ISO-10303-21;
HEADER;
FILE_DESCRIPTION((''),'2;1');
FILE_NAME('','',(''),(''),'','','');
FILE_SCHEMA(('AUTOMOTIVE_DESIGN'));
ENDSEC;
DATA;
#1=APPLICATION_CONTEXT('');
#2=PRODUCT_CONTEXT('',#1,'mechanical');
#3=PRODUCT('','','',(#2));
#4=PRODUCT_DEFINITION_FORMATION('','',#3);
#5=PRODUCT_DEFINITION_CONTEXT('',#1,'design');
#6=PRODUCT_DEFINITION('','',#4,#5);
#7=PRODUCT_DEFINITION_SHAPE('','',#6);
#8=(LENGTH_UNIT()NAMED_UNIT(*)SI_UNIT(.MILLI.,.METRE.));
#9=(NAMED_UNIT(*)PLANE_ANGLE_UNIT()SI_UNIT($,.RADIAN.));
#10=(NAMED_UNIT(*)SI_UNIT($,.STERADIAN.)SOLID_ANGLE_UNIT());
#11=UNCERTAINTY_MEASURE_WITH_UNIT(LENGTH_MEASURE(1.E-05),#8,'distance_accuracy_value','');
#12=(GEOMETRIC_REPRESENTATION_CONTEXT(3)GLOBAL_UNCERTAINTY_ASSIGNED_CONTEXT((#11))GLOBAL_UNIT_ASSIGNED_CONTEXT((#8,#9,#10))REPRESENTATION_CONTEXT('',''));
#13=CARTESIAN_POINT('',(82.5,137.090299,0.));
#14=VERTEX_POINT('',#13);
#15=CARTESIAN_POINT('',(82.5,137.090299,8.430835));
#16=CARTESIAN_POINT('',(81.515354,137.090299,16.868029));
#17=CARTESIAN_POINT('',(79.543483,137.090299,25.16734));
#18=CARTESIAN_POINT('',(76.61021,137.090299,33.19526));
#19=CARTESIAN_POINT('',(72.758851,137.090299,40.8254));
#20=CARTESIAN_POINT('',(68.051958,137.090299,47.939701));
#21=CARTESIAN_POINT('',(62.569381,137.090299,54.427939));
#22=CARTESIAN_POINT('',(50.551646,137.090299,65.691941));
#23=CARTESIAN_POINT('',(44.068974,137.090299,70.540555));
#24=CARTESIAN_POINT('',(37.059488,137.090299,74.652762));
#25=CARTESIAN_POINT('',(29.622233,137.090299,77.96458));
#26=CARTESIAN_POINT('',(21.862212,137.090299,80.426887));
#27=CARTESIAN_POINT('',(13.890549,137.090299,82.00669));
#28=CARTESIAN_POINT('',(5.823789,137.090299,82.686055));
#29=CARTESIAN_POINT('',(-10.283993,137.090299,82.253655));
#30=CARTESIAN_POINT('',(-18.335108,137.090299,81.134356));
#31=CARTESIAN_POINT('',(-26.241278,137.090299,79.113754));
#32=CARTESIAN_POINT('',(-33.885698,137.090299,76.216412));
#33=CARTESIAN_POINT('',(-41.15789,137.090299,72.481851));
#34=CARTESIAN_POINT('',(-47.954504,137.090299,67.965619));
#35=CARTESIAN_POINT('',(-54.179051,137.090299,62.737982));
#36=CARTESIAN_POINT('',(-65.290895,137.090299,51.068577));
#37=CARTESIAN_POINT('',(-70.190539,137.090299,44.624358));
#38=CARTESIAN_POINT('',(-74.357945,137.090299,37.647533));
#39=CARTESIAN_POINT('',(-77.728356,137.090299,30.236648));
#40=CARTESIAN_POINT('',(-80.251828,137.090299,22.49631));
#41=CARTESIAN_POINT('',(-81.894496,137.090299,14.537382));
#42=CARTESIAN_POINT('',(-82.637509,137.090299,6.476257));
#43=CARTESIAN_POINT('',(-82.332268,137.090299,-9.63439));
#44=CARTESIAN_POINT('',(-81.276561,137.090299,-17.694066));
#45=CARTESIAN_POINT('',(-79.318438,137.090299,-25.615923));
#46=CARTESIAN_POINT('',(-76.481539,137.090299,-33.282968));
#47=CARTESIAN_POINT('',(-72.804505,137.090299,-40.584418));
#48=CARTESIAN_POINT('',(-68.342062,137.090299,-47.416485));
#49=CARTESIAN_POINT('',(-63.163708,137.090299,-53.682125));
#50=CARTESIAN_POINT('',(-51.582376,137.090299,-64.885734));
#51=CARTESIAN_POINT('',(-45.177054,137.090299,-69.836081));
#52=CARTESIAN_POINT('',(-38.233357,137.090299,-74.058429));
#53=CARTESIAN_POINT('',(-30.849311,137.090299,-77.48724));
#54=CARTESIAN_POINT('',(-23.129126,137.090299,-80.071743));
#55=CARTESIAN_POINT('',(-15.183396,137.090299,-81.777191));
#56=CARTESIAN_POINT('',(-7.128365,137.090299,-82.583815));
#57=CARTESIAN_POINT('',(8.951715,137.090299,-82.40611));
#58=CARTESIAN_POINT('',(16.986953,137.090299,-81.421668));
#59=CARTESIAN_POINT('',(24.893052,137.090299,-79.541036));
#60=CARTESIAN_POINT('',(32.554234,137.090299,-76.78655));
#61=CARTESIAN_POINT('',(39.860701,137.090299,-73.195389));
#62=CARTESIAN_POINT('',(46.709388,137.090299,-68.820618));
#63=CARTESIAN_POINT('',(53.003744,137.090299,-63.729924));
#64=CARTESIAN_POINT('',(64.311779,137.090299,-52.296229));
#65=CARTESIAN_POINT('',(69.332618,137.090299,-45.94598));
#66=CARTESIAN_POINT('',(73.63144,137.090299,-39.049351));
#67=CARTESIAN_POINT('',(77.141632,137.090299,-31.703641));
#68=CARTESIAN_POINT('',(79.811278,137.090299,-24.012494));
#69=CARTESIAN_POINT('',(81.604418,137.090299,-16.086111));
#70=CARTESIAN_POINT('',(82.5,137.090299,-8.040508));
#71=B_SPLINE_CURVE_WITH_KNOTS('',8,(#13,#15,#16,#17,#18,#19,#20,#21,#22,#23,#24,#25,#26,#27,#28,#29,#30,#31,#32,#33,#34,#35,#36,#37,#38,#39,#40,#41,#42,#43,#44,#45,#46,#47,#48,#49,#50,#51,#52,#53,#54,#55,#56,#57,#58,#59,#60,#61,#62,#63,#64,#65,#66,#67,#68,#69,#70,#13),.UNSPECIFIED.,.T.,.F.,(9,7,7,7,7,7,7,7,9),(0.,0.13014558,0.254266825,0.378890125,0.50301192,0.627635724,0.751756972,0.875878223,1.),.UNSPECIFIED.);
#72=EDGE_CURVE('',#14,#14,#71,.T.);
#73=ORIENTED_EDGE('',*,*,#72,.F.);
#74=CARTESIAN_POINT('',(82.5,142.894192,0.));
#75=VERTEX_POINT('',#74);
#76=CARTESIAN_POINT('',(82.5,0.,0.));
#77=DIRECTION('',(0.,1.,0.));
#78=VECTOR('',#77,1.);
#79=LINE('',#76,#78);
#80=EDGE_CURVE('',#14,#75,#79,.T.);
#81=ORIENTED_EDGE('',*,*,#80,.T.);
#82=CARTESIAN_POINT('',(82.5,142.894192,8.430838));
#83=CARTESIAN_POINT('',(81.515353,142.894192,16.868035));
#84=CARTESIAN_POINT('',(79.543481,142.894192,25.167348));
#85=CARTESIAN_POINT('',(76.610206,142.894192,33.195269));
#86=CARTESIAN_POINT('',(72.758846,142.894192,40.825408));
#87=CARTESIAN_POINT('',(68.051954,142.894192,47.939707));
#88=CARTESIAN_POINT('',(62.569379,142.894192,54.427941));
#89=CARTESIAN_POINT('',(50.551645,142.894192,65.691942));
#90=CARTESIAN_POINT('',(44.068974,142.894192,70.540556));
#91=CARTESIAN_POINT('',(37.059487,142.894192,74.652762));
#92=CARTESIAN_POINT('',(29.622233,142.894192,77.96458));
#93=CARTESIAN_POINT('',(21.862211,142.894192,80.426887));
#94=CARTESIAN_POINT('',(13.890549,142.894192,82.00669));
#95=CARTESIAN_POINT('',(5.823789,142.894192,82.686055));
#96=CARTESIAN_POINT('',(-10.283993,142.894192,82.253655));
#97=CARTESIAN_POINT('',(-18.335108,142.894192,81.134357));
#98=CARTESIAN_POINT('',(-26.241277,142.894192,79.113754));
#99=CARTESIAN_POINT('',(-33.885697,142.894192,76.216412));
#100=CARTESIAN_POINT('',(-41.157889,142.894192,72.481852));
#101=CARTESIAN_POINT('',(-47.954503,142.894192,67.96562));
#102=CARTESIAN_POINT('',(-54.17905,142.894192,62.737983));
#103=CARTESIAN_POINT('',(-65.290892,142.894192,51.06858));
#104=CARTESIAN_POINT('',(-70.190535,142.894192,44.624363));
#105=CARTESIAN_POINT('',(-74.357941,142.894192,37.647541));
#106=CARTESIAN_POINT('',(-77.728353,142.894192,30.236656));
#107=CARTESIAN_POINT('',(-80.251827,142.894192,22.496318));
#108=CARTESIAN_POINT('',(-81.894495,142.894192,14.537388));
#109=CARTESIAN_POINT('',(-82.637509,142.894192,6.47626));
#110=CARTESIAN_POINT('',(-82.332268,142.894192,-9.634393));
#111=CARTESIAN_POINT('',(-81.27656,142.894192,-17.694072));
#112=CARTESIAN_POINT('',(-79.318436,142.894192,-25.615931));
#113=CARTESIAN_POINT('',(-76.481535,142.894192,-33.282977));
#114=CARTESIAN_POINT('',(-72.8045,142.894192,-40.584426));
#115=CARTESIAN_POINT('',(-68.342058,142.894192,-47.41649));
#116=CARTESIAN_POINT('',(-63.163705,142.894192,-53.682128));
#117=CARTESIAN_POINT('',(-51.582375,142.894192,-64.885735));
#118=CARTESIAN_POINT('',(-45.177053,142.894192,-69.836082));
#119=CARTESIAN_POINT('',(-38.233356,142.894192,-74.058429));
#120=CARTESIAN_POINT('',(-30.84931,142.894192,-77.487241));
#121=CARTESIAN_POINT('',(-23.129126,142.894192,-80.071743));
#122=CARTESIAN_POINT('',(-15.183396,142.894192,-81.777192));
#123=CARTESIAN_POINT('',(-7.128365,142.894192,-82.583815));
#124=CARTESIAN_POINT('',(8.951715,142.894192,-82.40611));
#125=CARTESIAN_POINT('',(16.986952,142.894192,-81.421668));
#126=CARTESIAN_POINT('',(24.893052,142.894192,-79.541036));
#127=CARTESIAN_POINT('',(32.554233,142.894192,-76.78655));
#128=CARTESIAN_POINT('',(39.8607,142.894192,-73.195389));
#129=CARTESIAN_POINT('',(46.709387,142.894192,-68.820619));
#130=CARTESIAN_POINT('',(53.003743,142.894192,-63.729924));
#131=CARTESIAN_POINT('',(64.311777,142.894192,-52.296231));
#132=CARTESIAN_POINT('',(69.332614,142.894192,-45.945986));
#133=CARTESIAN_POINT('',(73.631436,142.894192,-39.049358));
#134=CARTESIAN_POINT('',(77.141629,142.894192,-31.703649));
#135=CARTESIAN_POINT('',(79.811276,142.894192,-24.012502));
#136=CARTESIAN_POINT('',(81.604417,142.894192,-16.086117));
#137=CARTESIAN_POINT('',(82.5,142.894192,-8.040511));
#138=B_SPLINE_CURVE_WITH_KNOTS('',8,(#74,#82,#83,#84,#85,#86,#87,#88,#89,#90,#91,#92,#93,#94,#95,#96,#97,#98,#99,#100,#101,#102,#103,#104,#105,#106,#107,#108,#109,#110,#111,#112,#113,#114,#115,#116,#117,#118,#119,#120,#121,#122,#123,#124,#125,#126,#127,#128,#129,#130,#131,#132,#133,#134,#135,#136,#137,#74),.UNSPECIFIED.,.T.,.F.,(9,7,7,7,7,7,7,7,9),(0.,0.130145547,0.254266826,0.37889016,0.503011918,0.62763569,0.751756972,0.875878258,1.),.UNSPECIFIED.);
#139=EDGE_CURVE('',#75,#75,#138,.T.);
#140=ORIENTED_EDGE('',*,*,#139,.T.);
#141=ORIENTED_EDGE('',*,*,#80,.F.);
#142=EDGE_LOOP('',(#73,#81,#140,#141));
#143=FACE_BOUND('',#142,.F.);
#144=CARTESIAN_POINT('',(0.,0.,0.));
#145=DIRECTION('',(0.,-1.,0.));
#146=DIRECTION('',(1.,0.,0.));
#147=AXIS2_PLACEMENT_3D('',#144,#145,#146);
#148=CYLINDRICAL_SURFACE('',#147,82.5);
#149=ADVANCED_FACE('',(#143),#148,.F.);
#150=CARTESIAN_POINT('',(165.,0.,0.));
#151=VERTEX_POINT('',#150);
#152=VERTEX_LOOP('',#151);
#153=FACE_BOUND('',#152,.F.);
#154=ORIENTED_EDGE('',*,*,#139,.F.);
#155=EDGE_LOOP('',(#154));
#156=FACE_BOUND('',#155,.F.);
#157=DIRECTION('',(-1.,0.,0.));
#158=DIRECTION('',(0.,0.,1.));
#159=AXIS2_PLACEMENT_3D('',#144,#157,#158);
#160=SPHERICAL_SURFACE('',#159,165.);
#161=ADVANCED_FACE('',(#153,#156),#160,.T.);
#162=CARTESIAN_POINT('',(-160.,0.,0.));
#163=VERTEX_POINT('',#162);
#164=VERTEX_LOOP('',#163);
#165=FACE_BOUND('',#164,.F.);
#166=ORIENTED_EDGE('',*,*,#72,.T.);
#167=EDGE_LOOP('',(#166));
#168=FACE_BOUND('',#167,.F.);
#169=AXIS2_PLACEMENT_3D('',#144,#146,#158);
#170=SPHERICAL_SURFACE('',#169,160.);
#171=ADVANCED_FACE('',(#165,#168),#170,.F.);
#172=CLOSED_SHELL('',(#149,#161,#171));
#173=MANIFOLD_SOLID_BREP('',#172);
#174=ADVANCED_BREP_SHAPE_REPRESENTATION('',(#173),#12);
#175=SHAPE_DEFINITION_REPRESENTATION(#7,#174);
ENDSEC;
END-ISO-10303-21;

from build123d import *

# Parameters (mm, degrees)
F2_R     = 82.5
F3_DEPTH = 165.001


with BuildPart() as f1:
    # F0 (on Front) → F1 (revolve)
    with BuildSketch(Plane.XZ):
        with BuildLine():
            ThreePointArc((-160, 0), (0, 160), (160, 0))
            Line((160, 0), (165, 0))
            ThreePointArc((165, 0), (0, 165), (-165, 0))
            Line((-165, 0), (-160, 0))
        make_face()
    revolve(axis=Axis((-162.5, 0, 0), (1, 0, 0)))

    # F2 (on Front) → F3 (cut, through all)
    with BuildSketch(Plane.XZ):
        Circle(F2_R)
    extrude(amount=-F3_DEPTH, mode=Mode.SUBTRACT)


solid = f1.part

* [WHAT THE TASK ASKS]: Please give back exactly the lines of the listing above that run from the one containing "#72=EDGE_CURVE('',#14,#14,#71,.T.);" through the one containing "#80=EDGE_CURVE('',#14,#75,#79,.T.);", and only those.

* [EXERCISE OUTPUT]:
#72=EDGE_CURVE('',#14,#14,#71,.T.);
#73=ORIENTED_EDGE('',*,*,#72,.F.);
#74=CARTESIAN_POINT('',(82.5,142.894192,0.));
#75=VERTEX_POINT('',#74);
#76=CARTESIAN_POINT('',(82.5,0.,0.));
#77=DIRECTION('',(0.,1.,0.));
#78=VECTOR('',#77,1.);
#79=LINE('',#76,#78);
#80=EDGE_CURVE('',#14,#75,#79,.T.);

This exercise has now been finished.